Now, since that's about who he chose to write about rather than what they have to say (and what he chooses to relay to us/how he chooses to relay it to us,) let's get on to that.

What Ros has to tell us is good. She knows stuff about herself and tells people what she needs. Cool! The anecdotes her statements are coming in between are illustrative of what we do (behavior) but is a bit of a mixed bag on providing internal processes. 

Michael's story starts more with a biography than anything else. Also, "You might not guess that he has an autism spectrum disorder until he begins speaking about something he is excited about." (180). I assume this is supposed to be a compliment? It is not a compliment to pretend we are not things that we are. I'm glad Dr. Prizant pointed out that only two actual people on the spectrum were called to testify (because that is way too low a number) and would have liked some reference to why there were even the two. Originally there were none. Then autistic people made a fuss. (Ari Ne'eman was the other, and this reference to Ari is the reason he appears in the index.) 

I feel like Dr. Stephen Shore's story is again largely a biography interspersed with anecdotes, illustrating lessons that he may well have taught explicitly, but using behavioral examples. I did like the bit where he teaches piano to spectrummy kids but not neurotypical kids, because "he finds it difficult to understand how they think and learn." That is, autistic/non-autistic as a sort of cultural barrier.

Having read the chapter... I can't say this is really a case of treating us as experts on autism in general (and some of us are general autism experts rather than simply being experts in our own lives and our own particular autistic ways of being) but of us being framed as spreading particular messages that relate specifically to our own life experiences in the hopes that they generalize. He says we are experts, but devotes far more space to showing our behavior in anecdotes that illustrate things than to allowing us to speak for ourselves, as the experts he says we are. We're articulate... so he doesn't relay much of what we actually say, and the readers don't have to listen.

Part 11 here!

1 comment:

  1. Is this the piece Autistic Hoya wrote about articulacy?

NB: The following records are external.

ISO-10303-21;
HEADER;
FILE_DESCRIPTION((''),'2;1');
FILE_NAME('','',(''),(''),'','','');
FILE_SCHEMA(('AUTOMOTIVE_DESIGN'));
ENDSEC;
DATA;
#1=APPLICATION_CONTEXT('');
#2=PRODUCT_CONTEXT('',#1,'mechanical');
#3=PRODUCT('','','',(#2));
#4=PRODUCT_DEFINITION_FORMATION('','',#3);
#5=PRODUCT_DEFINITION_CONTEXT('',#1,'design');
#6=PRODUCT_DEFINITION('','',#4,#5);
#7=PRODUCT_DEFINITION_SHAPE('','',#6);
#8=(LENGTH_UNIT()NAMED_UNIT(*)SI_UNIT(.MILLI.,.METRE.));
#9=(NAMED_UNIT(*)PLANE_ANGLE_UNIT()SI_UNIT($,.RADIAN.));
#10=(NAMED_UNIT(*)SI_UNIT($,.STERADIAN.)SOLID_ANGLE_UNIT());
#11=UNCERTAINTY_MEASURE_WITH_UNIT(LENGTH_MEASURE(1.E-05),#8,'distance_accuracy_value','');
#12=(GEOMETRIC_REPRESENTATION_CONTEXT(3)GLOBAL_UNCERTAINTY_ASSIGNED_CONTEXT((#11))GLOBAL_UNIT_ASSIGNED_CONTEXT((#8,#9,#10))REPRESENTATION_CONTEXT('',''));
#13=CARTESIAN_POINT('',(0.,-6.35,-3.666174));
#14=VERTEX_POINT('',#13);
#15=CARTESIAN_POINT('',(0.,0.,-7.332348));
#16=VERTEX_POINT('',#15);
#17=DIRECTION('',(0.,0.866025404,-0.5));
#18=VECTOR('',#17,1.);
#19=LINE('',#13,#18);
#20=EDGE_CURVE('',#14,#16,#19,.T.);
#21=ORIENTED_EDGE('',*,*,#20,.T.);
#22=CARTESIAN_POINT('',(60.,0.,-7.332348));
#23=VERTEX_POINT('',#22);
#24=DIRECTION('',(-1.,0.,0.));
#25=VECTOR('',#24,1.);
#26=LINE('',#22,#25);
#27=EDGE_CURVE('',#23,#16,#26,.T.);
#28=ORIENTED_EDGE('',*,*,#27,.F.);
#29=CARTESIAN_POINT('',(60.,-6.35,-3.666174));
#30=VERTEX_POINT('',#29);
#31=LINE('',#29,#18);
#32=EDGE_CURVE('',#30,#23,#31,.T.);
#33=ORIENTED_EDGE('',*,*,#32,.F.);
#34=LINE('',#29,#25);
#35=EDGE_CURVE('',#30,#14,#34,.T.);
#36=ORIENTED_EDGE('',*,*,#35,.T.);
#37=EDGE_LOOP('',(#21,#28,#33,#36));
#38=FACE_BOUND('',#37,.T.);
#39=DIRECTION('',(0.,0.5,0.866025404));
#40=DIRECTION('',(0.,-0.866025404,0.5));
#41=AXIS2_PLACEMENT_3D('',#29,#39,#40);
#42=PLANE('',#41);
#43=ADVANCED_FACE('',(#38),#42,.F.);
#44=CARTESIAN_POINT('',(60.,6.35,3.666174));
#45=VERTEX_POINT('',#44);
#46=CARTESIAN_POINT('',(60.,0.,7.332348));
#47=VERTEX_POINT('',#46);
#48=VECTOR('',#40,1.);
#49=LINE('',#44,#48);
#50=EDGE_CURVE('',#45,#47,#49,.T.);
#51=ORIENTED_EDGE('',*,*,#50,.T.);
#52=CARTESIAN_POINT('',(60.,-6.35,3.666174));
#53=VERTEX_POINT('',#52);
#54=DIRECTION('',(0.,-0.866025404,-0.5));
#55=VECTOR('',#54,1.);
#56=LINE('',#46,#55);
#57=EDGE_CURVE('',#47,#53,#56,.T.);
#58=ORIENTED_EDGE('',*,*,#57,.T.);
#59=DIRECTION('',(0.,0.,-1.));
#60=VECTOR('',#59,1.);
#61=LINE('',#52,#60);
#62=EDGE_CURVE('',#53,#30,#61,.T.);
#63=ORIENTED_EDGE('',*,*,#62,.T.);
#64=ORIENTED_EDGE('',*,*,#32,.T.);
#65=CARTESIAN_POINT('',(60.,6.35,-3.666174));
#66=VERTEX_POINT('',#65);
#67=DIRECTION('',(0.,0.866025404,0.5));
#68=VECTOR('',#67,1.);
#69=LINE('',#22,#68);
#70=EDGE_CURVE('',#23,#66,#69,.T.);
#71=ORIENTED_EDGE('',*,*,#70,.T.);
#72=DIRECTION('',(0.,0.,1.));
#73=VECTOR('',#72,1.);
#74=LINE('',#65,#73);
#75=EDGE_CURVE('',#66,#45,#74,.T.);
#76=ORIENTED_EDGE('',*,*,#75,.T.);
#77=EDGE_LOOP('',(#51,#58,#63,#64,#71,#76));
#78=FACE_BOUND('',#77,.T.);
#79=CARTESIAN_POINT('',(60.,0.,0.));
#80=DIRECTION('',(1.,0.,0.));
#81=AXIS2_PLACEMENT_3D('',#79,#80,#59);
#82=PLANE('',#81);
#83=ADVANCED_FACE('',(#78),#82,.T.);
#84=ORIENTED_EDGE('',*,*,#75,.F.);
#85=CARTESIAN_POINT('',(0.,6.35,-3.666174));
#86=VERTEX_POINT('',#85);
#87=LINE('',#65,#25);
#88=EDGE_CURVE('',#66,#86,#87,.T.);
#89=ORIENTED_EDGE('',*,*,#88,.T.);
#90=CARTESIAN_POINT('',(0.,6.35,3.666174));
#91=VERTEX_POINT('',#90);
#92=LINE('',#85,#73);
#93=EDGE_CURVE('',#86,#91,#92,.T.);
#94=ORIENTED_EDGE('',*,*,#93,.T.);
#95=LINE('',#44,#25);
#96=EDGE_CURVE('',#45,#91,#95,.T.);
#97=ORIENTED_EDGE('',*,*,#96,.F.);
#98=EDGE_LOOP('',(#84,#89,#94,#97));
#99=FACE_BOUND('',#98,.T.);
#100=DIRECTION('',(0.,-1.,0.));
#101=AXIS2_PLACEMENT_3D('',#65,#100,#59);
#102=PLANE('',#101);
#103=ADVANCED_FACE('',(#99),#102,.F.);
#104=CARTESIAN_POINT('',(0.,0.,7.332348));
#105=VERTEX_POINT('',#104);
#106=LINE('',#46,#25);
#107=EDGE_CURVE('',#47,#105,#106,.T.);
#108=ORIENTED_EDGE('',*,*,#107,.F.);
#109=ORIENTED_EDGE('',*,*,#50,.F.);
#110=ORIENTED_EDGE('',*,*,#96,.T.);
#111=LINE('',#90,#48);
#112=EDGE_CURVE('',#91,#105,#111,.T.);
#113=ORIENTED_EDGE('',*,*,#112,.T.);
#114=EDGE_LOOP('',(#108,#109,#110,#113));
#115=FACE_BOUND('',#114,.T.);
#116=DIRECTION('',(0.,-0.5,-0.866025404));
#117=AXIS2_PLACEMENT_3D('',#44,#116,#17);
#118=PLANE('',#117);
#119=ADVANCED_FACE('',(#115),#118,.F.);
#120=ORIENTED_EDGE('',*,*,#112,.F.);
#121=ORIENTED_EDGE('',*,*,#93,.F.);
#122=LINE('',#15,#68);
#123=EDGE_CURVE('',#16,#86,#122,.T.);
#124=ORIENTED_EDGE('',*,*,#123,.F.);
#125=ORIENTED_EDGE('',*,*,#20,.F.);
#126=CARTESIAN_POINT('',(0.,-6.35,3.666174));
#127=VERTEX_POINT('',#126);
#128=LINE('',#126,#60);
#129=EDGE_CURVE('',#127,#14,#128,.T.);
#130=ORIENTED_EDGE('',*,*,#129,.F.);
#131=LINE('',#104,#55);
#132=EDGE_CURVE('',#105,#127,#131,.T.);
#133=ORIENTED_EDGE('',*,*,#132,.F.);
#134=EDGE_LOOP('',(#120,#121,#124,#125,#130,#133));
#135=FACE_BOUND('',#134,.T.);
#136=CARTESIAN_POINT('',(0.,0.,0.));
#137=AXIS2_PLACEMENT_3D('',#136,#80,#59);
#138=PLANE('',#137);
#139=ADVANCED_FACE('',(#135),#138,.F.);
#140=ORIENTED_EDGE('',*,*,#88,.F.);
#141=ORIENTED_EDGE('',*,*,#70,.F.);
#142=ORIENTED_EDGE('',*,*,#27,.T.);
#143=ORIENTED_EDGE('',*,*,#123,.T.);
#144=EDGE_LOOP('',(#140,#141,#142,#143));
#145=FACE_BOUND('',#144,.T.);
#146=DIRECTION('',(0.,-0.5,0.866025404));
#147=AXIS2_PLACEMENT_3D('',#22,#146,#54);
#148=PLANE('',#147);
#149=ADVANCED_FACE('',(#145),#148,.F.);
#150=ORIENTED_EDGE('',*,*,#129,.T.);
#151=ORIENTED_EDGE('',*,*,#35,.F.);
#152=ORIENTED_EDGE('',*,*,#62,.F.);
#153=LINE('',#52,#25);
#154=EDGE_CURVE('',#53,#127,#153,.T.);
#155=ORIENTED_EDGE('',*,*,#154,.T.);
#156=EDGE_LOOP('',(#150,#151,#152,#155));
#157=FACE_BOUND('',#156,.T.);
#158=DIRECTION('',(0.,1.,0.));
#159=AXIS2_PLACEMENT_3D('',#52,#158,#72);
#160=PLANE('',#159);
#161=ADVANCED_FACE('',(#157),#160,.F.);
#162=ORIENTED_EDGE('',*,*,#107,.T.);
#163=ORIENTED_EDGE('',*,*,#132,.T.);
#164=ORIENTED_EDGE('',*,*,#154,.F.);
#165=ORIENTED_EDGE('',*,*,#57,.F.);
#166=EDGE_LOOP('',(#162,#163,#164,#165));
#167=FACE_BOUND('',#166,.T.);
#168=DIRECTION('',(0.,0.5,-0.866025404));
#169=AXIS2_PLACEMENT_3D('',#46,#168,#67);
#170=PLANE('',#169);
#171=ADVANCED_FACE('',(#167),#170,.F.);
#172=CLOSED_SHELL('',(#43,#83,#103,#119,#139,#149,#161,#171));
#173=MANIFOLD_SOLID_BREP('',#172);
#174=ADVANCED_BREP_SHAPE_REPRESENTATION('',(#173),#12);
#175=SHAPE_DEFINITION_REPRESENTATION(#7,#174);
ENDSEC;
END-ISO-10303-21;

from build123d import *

# Parameters (mm, degrees)
SALIENTE_EXTRUIR1_DEPTH = 60


with BuildPart() as part:
    # Croquis1 → Saliente-Extruir1 (new body)
    with BuildSketch(Plane(origin=(0, 0, 0), x_dir=(0, 0, -1), z_dir=(1, 0, 0))):
        Polygon((7.332348419, 0), (3.666174209, 6.35), (-3.666174209, 6.35), (-7.332348419, 0), (-3.666174209, -6.35), (3.666174209, -6.35), align=None)
    extrude(amount=SALIENTE_EXTRUIR1_DEPTH)


solid = part.part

    This was the first time I'd been exposed to their work.

    and the answer to q#15 in the FAQ.

    Ros: her presentations under the LOGICALLY ILLOGICAL banner are great.

    Ah, Eastman. And Miedzianik.

    So Grandin comes in under "loosely the first USian to write a first-person account".

    Yes, that word articulate is racialised and class-coded.

    No, I don't think Ros went to graduate school. She does describe her speaking as a form of acting.

    Probably a time she was treated like a zoo exhibit of the self-narrating kind was doing SNOW CAKE.